Sendo criativo/improvisando
Põe a cachola pra funcionar
Com o que estiver na sua lista de compras

For some reason, I find the colloquial "cachola" more soundy in this context than "miolos".

Better than "sendo criativo": "Só na criatividade/só no improviso". I can imagine a Brazilian rapper singing a verse like this.


----------



## GamblingCamel

Joca said:


> _Põe os miolos p'ra funcionar _
> _com aquilo que está na sua lista de compras._



_Põe os miolos p'ra funcionar _ ~~ works great in terms of syllabics, syntax !!

The second line _com aquilo que está na sua lista de compras_ needs tweaking. 
"With just what you GOT" is forceful, strong, active. Está (to my ears) seems weaker, more passive.


----------



## Casquilho

Hey Camel, you know the expressions "raspar o tacho/raspar a tigela"? You know, when your mother was making a cake, and she let you to lick what remained of uncooked mass (that mixture of milk, flour, sugar, eggs, butter) from the bow with a spoon?

A Brazilian mother would say, "Você pode raspar a tigela".

Maybe "dish off" in some contexts has something to do with that?


----------



## Joca

*... com o que você tem na sua lista de compras.*


----------



## Casquilho

_with just what you got on your shopping list_

May I paraphrase it? 

_com tudo o que tiver à mão na sua geladeira_.
"with all that is at hand on your refrigerator."
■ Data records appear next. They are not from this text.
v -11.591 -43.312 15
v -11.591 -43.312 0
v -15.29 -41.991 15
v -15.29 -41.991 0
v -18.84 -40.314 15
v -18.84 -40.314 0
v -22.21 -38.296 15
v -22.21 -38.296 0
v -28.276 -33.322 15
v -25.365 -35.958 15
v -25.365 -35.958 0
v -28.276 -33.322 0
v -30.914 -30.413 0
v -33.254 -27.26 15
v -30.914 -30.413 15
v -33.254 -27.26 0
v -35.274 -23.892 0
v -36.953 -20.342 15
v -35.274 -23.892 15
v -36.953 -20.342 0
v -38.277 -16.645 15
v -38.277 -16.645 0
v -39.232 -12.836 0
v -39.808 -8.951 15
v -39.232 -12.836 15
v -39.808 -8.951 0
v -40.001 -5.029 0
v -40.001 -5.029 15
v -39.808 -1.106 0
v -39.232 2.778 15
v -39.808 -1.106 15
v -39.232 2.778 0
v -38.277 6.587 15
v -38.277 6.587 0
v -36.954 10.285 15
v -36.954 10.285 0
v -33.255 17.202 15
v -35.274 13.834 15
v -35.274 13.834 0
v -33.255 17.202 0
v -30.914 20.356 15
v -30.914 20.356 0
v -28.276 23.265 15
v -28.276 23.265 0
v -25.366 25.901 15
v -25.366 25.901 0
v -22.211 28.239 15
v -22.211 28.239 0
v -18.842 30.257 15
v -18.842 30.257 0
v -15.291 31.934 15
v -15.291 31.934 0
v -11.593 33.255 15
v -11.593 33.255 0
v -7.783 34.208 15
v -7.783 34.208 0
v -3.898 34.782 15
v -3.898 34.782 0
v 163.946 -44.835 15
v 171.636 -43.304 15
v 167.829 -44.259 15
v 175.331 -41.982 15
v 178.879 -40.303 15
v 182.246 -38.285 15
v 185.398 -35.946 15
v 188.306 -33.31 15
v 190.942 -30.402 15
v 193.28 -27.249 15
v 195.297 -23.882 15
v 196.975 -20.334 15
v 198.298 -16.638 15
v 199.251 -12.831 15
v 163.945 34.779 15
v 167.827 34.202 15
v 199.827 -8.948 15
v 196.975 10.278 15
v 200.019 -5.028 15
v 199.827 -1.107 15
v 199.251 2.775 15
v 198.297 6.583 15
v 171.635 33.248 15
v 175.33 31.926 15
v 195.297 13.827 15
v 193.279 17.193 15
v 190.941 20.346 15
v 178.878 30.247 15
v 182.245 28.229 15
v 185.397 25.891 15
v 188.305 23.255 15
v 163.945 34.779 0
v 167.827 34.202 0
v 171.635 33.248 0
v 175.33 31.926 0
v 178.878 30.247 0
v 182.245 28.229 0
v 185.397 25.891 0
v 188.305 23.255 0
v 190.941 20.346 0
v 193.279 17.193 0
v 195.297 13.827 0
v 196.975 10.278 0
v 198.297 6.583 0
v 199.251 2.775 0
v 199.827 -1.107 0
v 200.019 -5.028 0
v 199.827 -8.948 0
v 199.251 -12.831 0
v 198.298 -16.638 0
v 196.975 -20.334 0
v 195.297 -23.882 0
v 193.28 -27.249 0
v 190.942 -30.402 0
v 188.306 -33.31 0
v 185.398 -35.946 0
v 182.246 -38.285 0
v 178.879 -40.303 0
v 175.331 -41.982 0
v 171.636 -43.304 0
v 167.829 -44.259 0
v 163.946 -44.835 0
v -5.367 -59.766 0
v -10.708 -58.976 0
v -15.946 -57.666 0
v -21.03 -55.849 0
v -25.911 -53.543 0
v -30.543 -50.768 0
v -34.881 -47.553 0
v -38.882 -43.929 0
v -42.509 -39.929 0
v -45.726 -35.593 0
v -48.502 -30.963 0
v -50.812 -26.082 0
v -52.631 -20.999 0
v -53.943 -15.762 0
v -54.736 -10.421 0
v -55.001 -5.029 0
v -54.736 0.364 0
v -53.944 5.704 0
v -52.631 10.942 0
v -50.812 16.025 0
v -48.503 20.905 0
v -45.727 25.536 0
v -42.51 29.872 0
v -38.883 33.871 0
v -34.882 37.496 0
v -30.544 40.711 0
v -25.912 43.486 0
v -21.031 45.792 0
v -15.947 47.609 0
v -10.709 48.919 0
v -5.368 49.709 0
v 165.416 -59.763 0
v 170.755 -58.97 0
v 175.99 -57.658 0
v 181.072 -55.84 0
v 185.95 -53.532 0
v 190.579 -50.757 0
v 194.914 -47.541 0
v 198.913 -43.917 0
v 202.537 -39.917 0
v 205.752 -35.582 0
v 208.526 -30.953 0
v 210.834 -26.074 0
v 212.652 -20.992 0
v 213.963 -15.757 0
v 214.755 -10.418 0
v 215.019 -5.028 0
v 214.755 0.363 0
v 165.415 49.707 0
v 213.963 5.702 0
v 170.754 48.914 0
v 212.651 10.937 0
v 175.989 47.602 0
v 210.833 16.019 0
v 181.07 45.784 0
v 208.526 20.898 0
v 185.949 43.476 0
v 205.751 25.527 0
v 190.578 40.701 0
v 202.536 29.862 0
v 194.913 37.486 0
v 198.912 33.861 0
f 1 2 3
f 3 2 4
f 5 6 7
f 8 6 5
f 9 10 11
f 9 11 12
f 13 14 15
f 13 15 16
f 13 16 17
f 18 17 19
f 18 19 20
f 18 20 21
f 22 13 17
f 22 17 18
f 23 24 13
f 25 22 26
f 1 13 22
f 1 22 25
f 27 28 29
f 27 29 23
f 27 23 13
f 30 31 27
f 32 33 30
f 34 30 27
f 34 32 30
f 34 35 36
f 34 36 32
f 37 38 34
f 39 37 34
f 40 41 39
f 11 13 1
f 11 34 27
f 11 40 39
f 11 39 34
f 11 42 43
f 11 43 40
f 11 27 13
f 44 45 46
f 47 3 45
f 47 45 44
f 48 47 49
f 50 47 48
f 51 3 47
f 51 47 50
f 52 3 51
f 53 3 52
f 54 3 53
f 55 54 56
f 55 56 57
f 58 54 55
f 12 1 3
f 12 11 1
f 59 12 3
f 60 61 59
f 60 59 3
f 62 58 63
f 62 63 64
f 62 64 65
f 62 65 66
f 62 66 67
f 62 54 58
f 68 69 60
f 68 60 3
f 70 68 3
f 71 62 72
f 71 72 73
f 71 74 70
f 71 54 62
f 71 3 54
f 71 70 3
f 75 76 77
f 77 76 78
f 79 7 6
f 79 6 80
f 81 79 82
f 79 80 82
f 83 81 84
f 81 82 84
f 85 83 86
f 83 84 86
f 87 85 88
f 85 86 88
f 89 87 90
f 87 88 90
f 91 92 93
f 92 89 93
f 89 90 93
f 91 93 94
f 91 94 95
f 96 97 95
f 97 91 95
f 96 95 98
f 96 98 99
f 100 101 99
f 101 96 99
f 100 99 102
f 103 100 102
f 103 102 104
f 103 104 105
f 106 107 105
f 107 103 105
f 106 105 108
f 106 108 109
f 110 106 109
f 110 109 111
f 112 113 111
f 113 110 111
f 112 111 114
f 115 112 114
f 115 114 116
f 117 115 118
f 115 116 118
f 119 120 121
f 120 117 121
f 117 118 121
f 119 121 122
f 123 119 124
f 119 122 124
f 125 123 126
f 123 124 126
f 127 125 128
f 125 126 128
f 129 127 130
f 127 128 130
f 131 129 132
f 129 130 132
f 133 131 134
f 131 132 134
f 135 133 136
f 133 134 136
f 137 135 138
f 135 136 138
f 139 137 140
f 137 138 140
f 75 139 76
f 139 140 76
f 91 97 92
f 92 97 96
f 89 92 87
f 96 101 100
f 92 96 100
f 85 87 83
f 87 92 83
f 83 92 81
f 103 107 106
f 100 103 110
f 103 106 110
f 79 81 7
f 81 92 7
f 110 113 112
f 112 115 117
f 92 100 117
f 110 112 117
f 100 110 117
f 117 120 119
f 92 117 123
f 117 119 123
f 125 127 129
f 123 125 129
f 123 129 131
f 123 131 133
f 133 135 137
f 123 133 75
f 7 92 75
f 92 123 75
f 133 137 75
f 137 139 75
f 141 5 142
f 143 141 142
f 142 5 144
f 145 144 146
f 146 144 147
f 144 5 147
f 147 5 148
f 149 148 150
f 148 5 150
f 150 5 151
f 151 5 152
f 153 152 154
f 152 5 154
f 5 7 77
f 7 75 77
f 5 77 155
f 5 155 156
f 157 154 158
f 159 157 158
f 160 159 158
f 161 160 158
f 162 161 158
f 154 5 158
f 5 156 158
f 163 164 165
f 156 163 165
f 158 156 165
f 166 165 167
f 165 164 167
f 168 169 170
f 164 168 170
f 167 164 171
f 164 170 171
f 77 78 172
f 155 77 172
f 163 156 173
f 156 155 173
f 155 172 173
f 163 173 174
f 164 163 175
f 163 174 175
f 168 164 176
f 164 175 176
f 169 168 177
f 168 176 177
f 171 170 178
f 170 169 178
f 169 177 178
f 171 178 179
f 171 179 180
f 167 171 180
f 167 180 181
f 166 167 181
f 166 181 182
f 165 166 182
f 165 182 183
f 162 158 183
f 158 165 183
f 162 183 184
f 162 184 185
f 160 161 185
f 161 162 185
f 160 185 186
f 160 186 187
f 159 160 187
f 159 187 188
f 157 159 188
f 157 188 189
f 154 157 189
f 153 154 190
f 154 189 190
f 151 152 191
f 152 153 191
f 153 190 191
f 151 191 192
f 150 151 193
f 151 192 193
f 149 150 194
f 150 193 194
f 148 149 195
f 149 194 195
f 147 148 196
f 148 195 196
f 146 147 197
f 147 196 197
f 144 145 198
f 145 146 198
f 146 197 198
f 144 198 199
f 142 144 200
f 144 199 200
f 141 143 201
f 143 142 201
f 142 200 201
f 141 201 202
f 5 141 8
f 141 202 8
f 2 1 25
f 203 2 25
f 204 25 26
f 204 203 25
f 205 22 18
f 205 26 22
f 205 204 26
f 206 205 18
Here "tiver" is colloquial contraction of "estiver". It is weird to mix the idea of cooking impromptu, so trickery, with the idea of shopping list, a thing typical of organized and methodical people.


----------



## GamblingCamel

_posted before I saw the most recent comments from C & J_



Casquilho said:


> Só no improviso
> Põe a cachola pra funcionar
> Com o que estiver na sua lista de compras



I like "Só no improviso". It's declarative, simple. 
I thought a Brazilian rapper might actually say "free style" in EN. Não?

My North American ears have a huge problem with the verb ESTAR. I know that in PT it can convey "activeness", but I hear/interpret it as TO BE which comes across as abstract, indefinite.
Casquilho, I don't understand the verb tense for "estivar". _And thank you_.


----------



## GamblingCamel

Casquilho said:


> Hey Camel, you know the expressions "raspar o tacho/raspar a tigela"? You know, when your mother was making a cake, and she let you to lick what remained of uncooked mass (that mixture of milk, flour, sugar, eggs, butter) from the bow with a spoon?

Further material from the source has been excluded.